Seeking medical treatment and legal help can establish a clearer picture of exactly what you suffered, which then allows us to seek compensation that matches that suffering.
You Need to Account for Long-Term Care as well as Your Current Injury
Similarly, back injuries can range from temporarily uncomfortable to permanently debilitating. Damages are meant to cover both current expenses and future costs and losses. Spinal cord injuries require stays in hospitals and care facilities, with the National Spinal Cord Injury Statistical Center (NSCISC) estimating 11 days of acute hospital care and 31 days in a rehabilitation center.
That is just the immediate expense, not including long-term care. Even soft tissue or disk injuries carry the risk of recurrence later—something damages can take into account.
As a result, comparing a minor neck strain to a fractured vertebra or a back sprain to a spinal cord injury is not helpful in understanding your possible settlement amount. Your injury reflects what happened specifically to you, and so should your damages.
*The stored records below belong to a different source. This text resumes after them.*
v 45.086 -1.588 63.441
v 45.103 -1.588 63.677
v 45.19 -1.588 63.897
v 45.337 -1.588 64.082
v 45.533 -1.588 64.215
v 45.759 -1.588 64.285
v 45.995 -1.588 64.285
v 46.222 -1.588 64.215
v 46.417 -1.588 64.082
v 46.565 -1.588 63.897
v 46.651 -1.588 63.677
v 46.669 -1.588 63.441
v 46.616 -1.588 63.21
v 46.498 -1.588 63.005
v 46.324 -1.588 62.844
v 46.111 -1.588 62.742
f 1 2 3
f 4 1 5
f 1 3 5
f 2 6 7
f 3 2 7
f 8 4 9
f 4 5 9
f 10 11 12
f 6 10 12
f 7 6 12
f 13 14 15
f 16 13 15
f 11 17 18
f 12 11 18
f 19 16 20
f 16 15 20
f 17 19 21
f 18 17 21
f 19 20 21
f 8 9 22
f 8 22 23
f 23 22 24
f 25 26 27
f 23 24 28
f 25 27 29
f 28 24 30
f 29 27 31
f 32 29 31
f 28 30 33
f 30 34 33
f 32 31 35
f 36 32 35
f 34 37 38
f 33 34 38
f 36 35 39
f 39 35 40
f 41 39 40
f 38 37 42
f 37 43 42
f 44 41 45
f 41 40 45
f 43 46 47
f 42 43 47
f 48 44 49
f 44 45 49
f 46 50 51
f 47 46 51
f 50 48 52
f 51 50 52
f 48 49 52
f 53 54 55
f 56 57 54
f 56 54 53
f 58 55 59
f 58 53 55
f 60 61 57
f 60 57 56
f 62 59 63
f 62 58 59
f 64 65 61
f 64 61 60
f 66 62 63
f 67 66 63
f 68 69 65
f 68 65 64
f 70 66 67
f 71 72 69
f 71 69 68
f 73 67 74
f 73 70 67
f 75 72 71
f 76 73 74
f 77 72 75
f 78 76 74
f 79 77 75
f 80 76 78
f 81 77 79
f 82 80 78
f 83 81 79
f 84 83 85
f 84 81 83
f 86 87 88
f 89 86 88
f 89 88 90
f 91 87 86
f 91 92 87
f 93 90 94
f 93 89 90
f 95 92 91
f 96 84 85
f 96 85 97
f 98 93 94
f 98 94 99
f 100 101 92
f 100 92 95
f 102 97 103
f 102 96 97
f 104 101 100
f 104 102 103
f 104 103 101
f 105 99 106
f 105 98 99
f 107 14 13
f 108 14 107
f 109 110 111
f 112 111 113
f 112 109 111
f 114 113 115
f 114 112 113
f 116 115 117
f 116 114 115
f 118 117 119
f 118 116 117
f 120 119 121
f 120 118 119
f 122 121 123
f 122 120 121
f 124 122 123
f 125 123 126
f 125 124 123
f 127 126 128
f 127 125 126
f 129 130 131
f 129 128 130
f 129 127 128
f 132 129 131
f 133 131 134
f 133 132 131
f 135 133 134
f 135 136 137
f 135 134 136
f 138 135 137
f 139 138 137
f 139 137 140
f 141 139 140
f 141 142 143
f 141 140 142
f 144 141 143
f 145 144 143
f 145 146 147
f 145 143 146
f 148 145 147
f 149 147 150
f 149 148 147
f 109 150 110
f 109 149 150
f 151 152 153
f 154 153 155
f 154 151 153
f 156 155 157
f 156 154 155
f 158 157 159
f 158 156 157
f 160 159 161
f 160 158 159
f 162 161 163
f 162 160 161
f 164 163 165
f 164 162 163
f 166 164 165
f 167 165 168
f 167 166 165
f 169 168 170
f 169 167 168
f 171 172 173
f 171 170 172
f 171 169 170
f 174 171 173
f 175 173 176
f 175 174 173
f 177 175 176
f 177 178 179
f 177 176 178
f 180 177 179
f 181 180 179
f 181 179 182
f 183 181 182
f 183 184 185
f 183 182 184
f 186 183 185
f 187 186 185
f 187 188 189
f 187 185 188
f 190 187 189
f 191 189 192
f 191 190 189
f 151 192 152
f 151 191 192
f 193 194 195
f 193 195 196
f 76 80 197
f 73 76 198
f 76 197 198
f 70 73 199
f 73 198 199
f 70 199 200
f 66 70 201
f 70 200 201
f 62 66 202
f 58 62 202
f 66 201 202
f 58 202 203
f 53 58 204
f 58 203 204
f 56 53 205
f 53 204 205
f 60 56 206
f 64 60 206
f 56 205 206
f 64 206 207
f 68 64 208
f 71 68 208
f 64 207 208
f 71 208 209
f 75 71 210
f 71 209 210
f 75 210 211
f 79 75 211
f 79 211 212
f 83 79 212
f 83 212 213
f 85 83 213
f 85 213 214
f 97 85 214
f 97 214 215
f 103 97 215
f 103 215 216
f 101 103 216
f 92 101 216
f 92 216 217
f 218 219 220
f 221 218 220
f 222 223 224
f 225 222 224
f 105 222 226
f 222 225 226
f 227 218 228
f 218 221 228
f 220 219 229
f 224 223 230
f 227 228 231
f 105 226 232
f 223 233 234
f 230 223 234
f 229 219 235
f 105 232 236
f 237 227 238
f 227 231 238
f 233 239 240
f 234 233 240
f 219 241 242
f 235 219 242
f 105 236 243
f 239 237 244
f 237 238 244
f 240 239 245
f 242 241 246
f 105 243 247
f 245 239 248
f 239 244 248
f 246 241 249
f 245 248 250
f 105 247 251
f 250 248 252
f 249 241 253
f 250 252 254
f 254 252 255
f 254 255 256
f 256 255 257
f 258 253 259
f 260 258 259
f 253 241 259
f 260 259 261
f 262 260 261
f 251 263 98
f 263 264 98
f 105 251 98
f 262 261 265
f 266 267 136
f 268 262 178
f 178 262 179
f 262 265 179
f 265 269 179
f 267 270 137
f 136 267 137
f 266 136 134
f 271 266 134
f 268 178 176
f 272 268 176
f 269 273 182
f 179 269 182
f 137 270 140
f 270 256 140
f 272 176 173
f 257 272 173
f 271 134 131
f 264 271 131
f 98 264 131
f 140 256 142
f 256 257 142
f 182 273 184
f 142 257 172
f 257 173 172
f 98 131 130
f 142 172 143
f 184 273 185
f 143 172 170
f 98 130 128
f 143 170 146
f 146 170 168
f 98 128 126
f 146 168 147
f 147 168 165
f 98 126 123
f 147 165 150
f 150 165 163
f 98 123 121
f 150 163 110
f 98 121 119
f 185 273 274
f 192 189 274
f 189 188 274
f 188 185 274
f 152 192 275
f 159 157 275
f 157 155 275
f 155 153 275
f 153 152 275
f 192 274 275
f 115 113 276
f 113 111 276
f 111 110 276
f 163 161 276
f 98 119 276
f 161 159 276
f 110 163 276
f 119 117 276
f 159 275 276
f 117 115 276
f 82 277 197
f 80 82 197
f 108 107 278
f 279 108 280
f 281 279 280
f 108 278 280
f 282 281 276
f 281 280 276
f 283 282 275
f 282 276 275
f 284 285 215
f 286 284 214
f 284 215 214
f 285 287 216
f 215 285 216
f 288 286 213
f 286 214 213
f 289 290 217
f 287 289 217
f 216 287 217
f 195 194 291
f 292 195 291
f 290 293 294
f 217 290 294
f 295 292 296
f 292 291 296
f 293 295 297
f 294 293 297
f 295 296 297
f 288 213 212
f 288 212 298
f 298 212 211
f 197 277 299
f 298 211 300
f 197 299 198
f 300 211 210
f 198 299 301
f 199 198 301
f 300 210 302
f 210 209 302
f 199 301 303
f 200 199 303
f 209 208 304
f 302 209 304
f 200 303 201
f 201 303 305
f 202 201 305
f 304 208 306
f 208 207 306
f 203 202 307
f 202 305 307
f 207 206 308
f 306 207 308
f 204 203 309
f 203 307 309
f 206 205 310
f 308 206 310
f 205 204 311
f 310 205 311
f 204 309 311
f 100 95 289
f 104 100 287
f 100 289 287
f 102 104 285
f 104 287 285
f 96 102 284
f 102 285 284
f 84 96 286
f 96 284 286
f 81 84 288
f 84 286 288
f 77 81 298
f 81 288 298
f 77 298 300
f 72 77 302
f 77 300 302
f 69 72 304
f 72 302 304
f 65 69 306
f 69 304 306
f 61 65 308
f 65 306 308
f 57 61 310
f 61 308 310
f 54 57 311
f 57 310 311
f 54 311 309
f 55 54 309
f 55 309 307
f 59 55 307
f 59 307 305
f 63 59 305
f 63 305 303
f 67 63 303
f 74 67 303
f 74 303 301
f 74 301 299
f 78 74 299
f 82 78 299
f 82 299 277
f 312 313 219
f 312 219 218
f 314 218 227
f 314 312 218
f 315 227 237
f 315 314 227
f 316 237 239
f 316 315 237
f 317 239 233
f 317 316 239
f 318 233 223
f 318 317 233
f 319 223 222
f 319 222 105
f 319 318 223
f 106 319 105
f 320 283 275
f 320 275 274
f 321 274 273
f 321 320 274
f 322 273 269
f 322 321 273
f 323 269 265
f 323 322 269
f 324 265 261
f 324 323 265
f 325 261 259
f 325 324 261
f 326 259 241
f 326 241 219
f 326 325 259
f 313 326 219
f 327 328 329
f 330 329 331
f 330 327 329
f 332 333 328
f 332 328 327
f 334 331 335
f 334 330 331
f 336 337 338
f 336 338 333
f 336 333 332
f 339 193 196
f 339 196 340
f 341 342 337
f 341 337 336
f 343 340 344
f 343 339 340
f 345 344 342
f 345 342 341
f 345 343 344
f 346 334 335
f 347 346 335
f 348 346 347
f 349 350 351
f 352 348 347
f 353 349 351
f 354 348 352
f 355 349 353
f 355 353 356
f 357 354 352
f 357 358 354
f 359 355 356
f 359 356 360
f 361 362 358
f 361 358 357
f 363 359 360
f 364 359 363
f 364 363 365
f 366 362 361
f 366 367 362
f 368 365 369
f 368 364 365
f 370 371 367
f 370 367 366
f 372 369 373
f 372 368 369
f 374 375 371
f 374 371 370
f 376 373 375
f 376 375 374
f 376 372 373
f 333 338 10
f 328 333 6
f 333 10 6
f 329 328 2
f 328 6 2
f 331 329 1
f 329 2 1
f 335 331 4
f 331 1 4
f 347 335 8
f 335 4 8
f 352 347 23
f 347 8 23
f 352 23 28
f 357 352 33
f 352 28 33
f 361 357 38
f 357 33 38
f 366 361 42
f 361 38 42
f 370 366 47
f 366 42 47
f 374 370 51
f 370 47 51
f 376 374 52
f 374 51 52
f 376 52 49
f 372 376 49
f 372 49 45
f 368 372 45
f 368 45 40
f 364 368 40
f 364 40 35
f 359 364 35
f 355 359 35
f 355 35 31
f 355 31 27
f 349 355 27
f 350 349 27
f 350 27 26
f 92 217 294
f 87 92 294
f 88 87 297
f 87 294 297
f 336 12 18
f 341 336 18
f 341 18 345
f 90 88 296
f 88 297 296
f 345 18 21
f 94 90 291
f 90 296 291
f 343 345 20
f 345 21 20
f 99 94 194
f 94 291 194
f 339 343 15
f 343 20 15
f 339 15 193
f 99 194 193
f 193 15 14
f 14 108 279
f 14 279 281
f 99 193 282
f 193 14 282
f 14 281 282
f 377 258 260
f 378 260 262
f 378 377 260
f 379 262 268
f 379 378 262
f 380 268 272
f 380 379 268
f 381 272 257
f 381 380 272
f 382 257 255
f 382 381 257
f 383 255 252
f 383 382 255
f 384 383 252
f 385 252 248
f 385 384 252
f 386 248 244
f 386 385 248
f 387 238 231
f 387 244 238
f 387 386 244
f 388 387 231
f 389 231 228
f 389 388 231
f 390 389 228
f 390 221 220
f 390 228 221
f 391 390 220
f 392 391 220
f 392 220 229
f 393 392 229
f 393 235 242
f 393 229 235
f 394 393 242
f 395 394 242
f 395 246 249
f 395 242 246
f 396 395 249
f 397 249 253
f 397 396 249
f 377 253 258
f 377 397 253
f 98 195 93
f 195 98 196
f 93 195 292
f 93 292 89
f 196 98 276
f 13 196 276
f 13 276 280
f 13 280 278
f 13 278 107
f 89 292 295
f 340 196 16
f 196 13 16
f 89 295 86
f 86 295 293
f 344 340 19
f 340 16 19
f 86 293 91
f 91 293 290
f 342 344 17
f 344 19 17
Non-Economic Damages Can Impact Your Settlement Amount
Medical costs are considered economic losses — they are a specific amount of money you paid for bills related to the injury. Non-economic losses are also a part of your settlement and can vary as well, depending on your circumstances. Damages for these losses include:
- Pain and suffering
- Changes to lifestyle
- Lost income
- Changes to your ability to work
- Loss of consortium (companionship)
The pain and suffering awarded to someone with a permanent spinal cord injury will be vastly different than those awarded to a whiplash victim. Likewise, our team can help determine how your neck or back injury will impact your work and independence. Part of this process may involve consulting medical specialists, actuaries, and other experts to fully understand what income you are likely to lose over your lifetime as a result of a permanent injury.
Don’t Forget Your Dependents in Your Claim
Family is not neglected in calculating a settlement. Dependents will be considered in your compensation, as their financial well-being is tied to your health. Likewise, settlements can offer damages for loss of consortium — changes to your intimate relationship with your spouse or your ability to interact with other family members.
Settling or Going to Trial
Your personal choice to settle with an insurance company or liable party out of court can also impact how much you receive. The settlement amount is frequently a reason cases proceed to trial, especially if the liable party’s offers are too low to accommodate your needs and losses. A higher settlement may be awarded by a judge or jury, but the ultimate amount is out of your control if you go to court.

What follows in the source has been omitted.